Kinematic and Microphysical Significance of Lightning Jumps versus Non-Jump Increases in Total Flash Rate.

Thirty-nine thunderstorms are examined using multiple-Doppler, polarimetric and total lightning observations to understand the role of mixed phase kinematics and microphysics in the development of lightning jumps. This sample size is larger than those of previous studies on this topic. The principal result of this study is that lightning jumps are a result of mixed phase updraft intensification. Larger increases in intense updraft volume (≥ 10 m s-1) and larger changes in peak updraft speed are observed prior to lightning jump occurrence when compared to other non-jump increases in total flash rate. Wilcoxon-Mann-Whitney Rank Sum testing yields p-values ≤0.05, indicating statistical independence between lightning jump and non-jump distributions for these two parameters. Similar changes in mixed phase graupel mass magnitude are observed prior to lightning jumps and non-jump increases in total flash rate. The p-value for graupel mass change is p=0.096, so jump and non-jump distributions for graupel mass change are not found statistically independent using the p=0.05 significance level.
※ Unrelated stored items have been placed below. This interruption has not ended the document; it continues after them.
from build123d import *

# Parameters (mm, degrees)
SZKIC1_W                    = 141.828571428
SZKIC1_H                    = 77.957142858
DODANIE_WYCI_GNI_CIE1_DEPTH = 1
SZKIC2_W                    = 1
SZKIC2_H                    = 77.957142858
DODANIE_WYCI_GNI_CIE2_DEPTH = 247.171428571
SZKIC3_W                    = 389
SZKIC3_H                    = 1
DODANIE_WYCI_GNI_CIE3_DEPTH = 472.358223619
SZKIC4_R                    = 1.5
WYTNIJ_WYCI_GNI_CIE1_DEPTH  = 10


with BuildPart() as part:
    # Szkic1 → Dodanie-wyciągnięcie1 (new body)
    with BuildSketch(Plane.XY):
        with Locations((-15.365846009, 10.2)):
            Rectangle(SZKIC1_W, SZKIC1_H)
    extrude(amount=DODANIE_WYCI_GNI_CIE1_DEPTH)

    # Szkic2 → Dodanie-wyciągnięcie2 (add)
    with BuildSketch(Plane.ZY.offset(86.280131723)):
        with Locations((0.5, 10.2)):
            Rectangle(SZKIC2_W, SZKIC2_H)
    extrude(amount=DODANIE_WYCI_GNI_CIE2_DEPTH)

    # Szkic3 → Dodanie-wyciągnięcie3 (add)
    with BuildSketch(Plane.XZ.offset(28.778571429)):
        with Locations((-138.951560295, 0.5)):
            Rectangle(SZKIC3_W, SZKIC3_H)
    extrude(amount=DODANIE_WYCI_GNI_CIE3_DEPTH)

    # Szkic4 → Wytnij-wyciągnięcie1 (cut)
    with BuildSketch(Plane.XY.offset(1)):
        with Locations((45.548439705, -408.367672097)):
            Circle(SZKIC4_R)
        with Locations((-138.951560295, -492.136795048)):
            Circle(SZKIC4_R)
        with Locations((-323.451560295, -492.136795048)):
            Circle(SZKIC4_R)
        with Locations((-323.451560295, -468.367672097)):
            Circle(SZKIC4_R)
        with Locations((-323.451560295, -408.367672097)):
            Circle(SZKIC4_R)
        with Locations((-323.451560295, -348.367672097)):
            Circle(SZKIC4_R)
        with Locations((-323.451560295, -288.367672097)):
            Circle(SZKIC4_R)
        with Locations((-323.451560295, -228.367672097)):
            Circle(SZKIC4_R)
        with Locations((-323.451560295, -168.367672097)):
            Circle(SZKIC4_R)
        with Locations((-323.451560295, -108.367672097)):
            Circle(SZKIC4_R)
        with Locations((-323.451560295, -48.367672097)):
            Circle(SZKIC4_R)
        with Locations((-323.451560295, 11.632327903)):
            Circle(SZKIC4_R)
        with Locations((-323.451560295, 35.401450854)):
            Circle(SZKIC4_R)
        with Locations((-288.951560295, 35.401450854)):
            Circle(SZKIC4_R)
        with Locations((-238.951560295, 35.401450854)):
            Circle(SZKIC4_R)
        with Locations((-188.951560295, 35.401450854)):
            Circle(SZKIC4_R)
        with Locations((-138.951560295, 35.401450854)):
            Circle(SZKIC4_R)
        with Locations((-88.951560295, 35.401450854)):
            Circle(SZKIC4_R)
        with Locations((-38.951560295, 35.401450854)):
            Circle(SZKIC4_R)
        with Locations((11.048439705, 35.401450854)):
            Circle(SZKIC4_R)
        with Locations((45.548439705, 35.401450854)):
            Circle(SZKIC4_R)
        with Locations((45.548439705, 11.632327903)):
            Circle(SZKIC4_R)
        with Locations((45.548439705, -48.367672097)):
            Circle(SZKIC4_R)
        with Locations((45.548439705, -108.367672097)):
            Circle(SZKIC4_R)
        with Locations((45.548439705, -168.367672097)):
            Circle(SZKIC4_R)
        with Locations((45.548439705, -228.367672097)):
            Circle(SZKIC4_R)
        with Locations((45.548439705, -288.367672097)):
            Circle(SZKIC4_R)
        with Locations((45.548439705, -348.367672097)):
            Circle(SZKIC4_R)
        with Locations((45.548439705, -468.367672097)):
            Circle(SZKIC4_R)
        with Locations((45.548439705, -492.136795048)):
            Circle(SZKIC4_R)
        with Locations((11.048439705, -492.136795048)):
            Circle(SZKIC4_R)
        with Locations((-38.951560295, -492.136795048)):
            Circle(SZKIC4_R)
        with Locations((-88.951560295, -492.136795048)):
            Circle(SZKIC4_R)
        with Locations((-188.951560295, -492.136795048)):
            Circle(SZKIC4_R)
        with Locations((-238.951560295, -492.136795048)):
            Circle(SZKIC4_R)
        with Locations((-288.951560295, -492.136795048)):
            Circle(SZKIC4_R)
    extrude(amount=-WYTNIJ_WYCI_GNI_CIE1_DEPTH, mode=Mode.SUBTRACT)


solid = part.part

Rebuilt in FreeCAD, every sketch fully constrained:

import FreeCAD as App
import Part
import Sketcher

V = App.Vector

doc = App.newDocument("Part")
body = doc.addObject("PartDesign::Body", "Body")

# Sketch on XY plane
sketch1 = body.newObject("Sketcher::SketchObject", "Sketch")
sketch1.AttachmentSupport = (doc.getObject("XY_Plane"), [""])
sketch1.MapMode = "FlatFace"
sketch1.addGeometry([
    Part.LineSegment(V(-86, 49, 0), V(-86, -29, 0)),
    Part.LineSegment(V(-86, -29, 0), V(56, -29, 0)),
    Part.LineSegment(V(56, -29, 0), V(56, 49, 0)),
    Part.LineSegment(V(56, 49, 0), V(-86, 49, 0)),
], False)
sketch1.addConstraint([
    Sketcher.Constraint("Coincident", 0, 2, 1, 1),
    Sketcher.Constraint("Coincident", 1, 2, 2, 1),
    Sketcher.Constraint("Coincident", 2, 2, 3, 1),
    Sketcher.Constraint("Coincident", 3, 2, 0, 1),
    Sketcher.Constraint("Vertical", 0),
    Sketcher.Constraint("Horizontal", 1),
    Sketcher.Constraint("Vertical", 2),
    Sketcher.Constraint("Horizontal", 3),
    Sketcher.Constraint("DistanceX", 1, 1, 1, 2, 141.828571),
    Sketcher.Constraint("DistanceY", 0, 2, 0, 1, 77.957143),
    Sketcher.Constraint("DistanceX", 0, 2, -1, 1, 86.280132),
    Sketcher.Constraint("DistanceY", 0, 2, -1, 1, 28.778571),
])
pad1 = body.newObject("PartDesign::Pad", "Pad")
pad1.Profile = sketch1
pad1.Length = 1

# Sketch on YZ plane
sketch2 = body.newObject("Sketcher::SketchObject", "Sketch001")
sketch2.AttachmentSupport = (doc.getObject("YZ_Plane"), [""])
sketch2.MapMode = "FlatFace"
sketch2.AttachmentOffset = App.Placement(V(0, 0, -86.280132), App.Rotation())
sketch2.addGeometry([
    Part.LineSegment(V(49.2, 0, 0), V(-28.8, 0, 0)),
    Part.LineSegment(V(-28.8, 0, 0), V(-28.8, 1, 0)),
    Part.LineSegment(V(-28.8, 1, 0), V(49.2, 1, 0)),
    Part.LineSegment(V(49.2, 1, 0), V(49.2, 0, 0)),
], False)
sketch2.addConstraint([
    Sketcher.Constraint("Coincident", 0, 2, 1, 1),
    Sketcher.Constraint("Coincident", 1, 2, 2, 1),
    Sketcher.Constraint("Coincident", 2, 2, 3, 1),
    Sketcher.Constraint("Coincident", 3, 2, 0, 1),
    Sketcher.Constraint("Horizontal", 0),
    Sketcher.Constraint("Vertical", 1),
    Sketcher.Constraint("Horizontal", 2),
    Sketcher.Constraint("Vertical", 3),
    Sketcher.Constraint("PointOnObject", 0, 2, -1),
    Sketcher.Constraint("DistanceY", 1, 1, 1, 2, 1.0),
    Sketcher.Constraint("DistanceX", 0, 2, 0, 1, 77.957143),
    Sketcher.Constraint("DistanceX", 0, 2, -1, 1, 28.778571),
])
pad2 = body.newObject("PartDesign::Pad", "Pad001")
pad2.Profile = sketch2
pad2.Length = 247.171429
pad2.Reversed = True

# Sketch on XZ plane
sketch3 = body.newObject("Sketcher::SketchObject", "Sketch002")
sketch3.AttachmentSupport = (doc.getObject("XZ_Plane"), [""])
sketch3.MapMode = "FlatFace"
sketch3.AttachmentOffset = App.Placement(V(0, 0, 28.778571), App.Rotation())
sketch3.addGeometry([
    Part.LineSegment(V(-333.5, 1, 0), V(-333.5, 0, 0)),
    Part.LineSegment(V(-333.5, 0, 0), V(55.5, 0, 0)),
    Part.LineSegment(V(55.5, 0, 0), V(55.5, 1, 0)),
    Part.LineSegment(V(55.5, 1, 0), V(-333.5, 1, 0)),
], False)
sketch3.addConstraint([
    Sketcher.Constraint("Coincident", 0, 2, 1, 1),
    Sketcher.Constraint("Coincident", 1, 2, 2, 1),
    Sketcher.Constraint("Coincident", 2, 2, 3, 1),
    Sketcher.Constraint("Coincident", 3, 2, 0, 1),
    Sketcher.Constraint("Vertical", 0),
    Sketcher.Constraint("Horizontal", 1),
    Sketcher.Constraint("Vertical", 2),
    Sketcher.Constraint("Horizontal", 3),
    Sketcher.Constraint("PointOnObject", 0, 2, -1),
    Sketcher.Constraint("DistanceX", 1, 1, 1, 2, 389.0),
    Sketcher.Constraint("DistanceY", 0, 2, 0, 1, 1.0),
    Sketcher.Constraint("DistanceX", 0, 2, -1, 1, 333.45156),
])
pad3 = body.newObject("PartDesign::Pad", "Pad002")
pad3.Profile = sketch3
pad3.Length = 472.358224

# Sketch on XY plane
sketch4 = body.newObject("Sketcher::SketchObject", "Sketch003")
sketch4.AttachmentSupport = (doc.getObject("XY_Plane"), [""])
sketch4.MapMode = "FlatFace"
sketch4.AttachmentOffset = App.Placement(V(0, 0, 1), App.Rotation())
sketch4.addGeometry([
    Part.Circle(V(45.5, -408.4, 0), V(0, 0, 1), 1.5),  # 0
    Part.Circle(V(-139, -492.1, 0), V(0, 0, 1), 1.5),  # 1
    Part.Circle(V(-323.5, -492.1, 0), V(0, 0, 1), 1.5),  # 2
    Part.Circle(V(-323.5, -468.4, 0), V(0, 0, 1), 1.5),  # 3
    Part.Circle(V(-323.5, -408.4, 0), V(0, 0, 1), 1.5),  # 4
    Part.Circle(V(-323.5, -348.4, 0), V(0, 0, 1), 1.5),  # 5
    Part.Circle(V(-323.5, -288.4, 0), V(0, 0, 1), 1.5),  # 6
    Part.Circle(V(-323.5, -228.4, 0), V(0, 0, 1), 1.5),  # 7
    Part.Circle(V(-323.5, -168.4, 0), V(0, 0, 1), 1.5),  # 8
    Part.Circle(V(-323.5, -108.4, 0), V(0, 0, 1), 1.5),  # 9
    Part.Circle(V(-323.5, -48.4, 0), V(0, 0, 1), 1.5),  # 10
    Part.Circle(V(-323.5, 11.6, 0), V(0, 0, 1), 1.5),  # 11
    Part.Circle(V(-323.5, 35.4, 0), V(0, 0, 1), 1.5),  # 12
    Part.Circle(V(-289, 35.4, 0), V(0, 0, 1), 1.5),  # 13
    Part.Circle(V(-239, 35.4, 0), V(0, 0, 1), 1.5),  # 14
    Part.Circle(V(-189, 35.4, 0), V(0, 0, 1), 1.5),  # 15
    Part.Circle(V(-139, 35.4, 0), V(0, 0, 1), 1.5),  # 16
    Part.Circle(V(-89, 35.4, 0), V(0, 0, 1), 1.5),  # 17
    Part.Circle(V(-39, 35.4, 0), V(0, 0, 1), 1.5),  # 18
    Part.Circle(V(11, 35.4, 0), V(0, 0, 1), 1.5),  # 19
    Part.Circle(V(45.5, 35.4, 0), V(0, 0, 1), 1.5),  # 20
    Part.Circle(V(45.5, 11.6, 0), V(0, 0, 1), 1.5),  # 21
    Part.Circle(V(45.5, -48.4, 0), V(0, 0, 1), 1.5),  # 22
    Part.Circle(V(45.5, -108.4, 0), V(0, 0, 1), 1.5),  # 23
    Part.Circle(V(45.5, -168.4, 0), V(0, 0, 1), 1.5),  # 24
    Part.Circle(V(45.5, -228.4, 0), V(0, 0, 1), 1.5),  # 25
    Part.Circle(V(45.5, -288.4, 0), V(0, 0, 1), 1.5),  # 26
    Part.Circle(V(45.5, -348.4, 0), V(0, 0, 1), 1.5),  # 27
    Part.Circle(V(45.5, -468.4, 0), V(0, 0, 1), 1.5),  # 28
    Part.Circle(V(45.5, -492.1, 0), V(0, 0, 1), 1.5),  # 29
    Part.Circle(V(11, -492.1, 0), V(0, 0, 1), 1.5),  # 30
    Part.Circle(V(-39, -492.1, 0), V(0, 0, 1), 1.5),  # 31
    Part.Circle(V(-89, -492.1, 0), V(0, 0, 1), 1.5),  # 32
    Part.Circle(V(-189, -492.1, 0), V(0, 0, 1), 1.5),  # 33
    Part.Circle(V(-239, -492.1, 0), V(0, 0, 1), 1.5),  # 34
    Part.Circle(V(-289, -492.1, 0), V(0, 0, 1), 1.5),  # 35
], False)
sketch4.addConstraint([
    Sketcher.Constraint("Equal", 0, 1),
    Sketcher.Constraint("Equal", 1, 2),
    Sketcher.Constraint("Equal", 2, 3),
    Sketcher.Constraint("Equal", 3, 4),
    Sketcher.Constraint("Equal", 4, 5),
    Sketcher.Constraint("Equal", 5, 6),
    Sketcher.Constraint("Equal", 6, 7),
    Sketcher.Constraint("Equal", 7, 8),
    Sketcher.Constraint("Equal", 8, 9),
    Sketcher.Constraint("Equal", 9, 10),
    Sketcher.Constraint("Equal", 10, 11),
    Sketcher.Constraint("Equal", 11, 12),
    Sketcher.Constraint("Equal", 12, 13),
    Sketcher.Constraint("Equal", 13, 14),
    Sketcher.Constraint("Equal", 14, 15),
    Sketcher.Constraint("Equal", 15, 16),
    Sketcher.Constraint("Equal", 16, 17),
    Sketcher.Constraint("Equal", 17, 18),
    Sketcher.Constraint("Equal", 18, 19),
    Sketcher.Constraint("Equal", 19, 20),
    Sketcher.Constraint("Equal", 20, 21),
    Sketcher.Constraint("Equal", 21, 22),
    Sketcher.Constraint("Equal", 22, 23),
    Sketcher.Constraint("Equal", 23, 24),
    Sketcher.Constraint("Equal", 24, 25),
    Sketcher.Constraint("Equal", 25, 26),
    Sketcher.Constraint("Equal", 26, 27),
    Sketcher.Constraint("Equal", 27, 28),
    Sketcher.Constraint("Equal", 28, 29),
    Sketcher.Constraint("Equal", 29, 30),
    Sketcher.Constraint("Equal", 30, 31),
    Sketcher.Constraint("Equal", 31, 32),
    Sketcher.Constraint("Equal", 32, 33),
    Sketcher.Constraint("Equal", 33, 34),
    Sketcher.Constraint("Equal", 34, 35),
    Sketcher.Constraint("Horizontal", 1, 3, 2, 3),
    Sketcher.Constraint("Horizontal", 0, 3, 4, 3),
    Sketcher.Constraint("Horizontal", 12, 3, 13, 3),
    Sketcher.Constraint("Horizontal", 13, 3, 14, 3),
    Sketcher.Constraint("Horizontal", 14, 3, 15, 3),
    Sketcher.Constraint("Horizontal", 15, 3, 16, 3),
    Sketcher.Constraint("Horizontal", 16, 3, 17, 3),
    Sketcher.Constraint("Horizontal", 17, 3, 18, 3),
    Sketcher.Constraint("Horizontal", 18, 3, 19, 3),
Timing of updraft volume, speed and graupel mass increases are found to be 4 to 13 minutes in advance of lightning jump occurrence. Also, severe storms without lightning jumps lack robust mixed phase updrafts, demonstrating that mixed phase updrafts are not always a requirement for severe weather occurrence. Therefore, the results of this study show that lightning jump occurrences are coincident with larger increases in intense mixed phase updraft volume and peak updraft speed than smaller non-jump increases in total flash rate.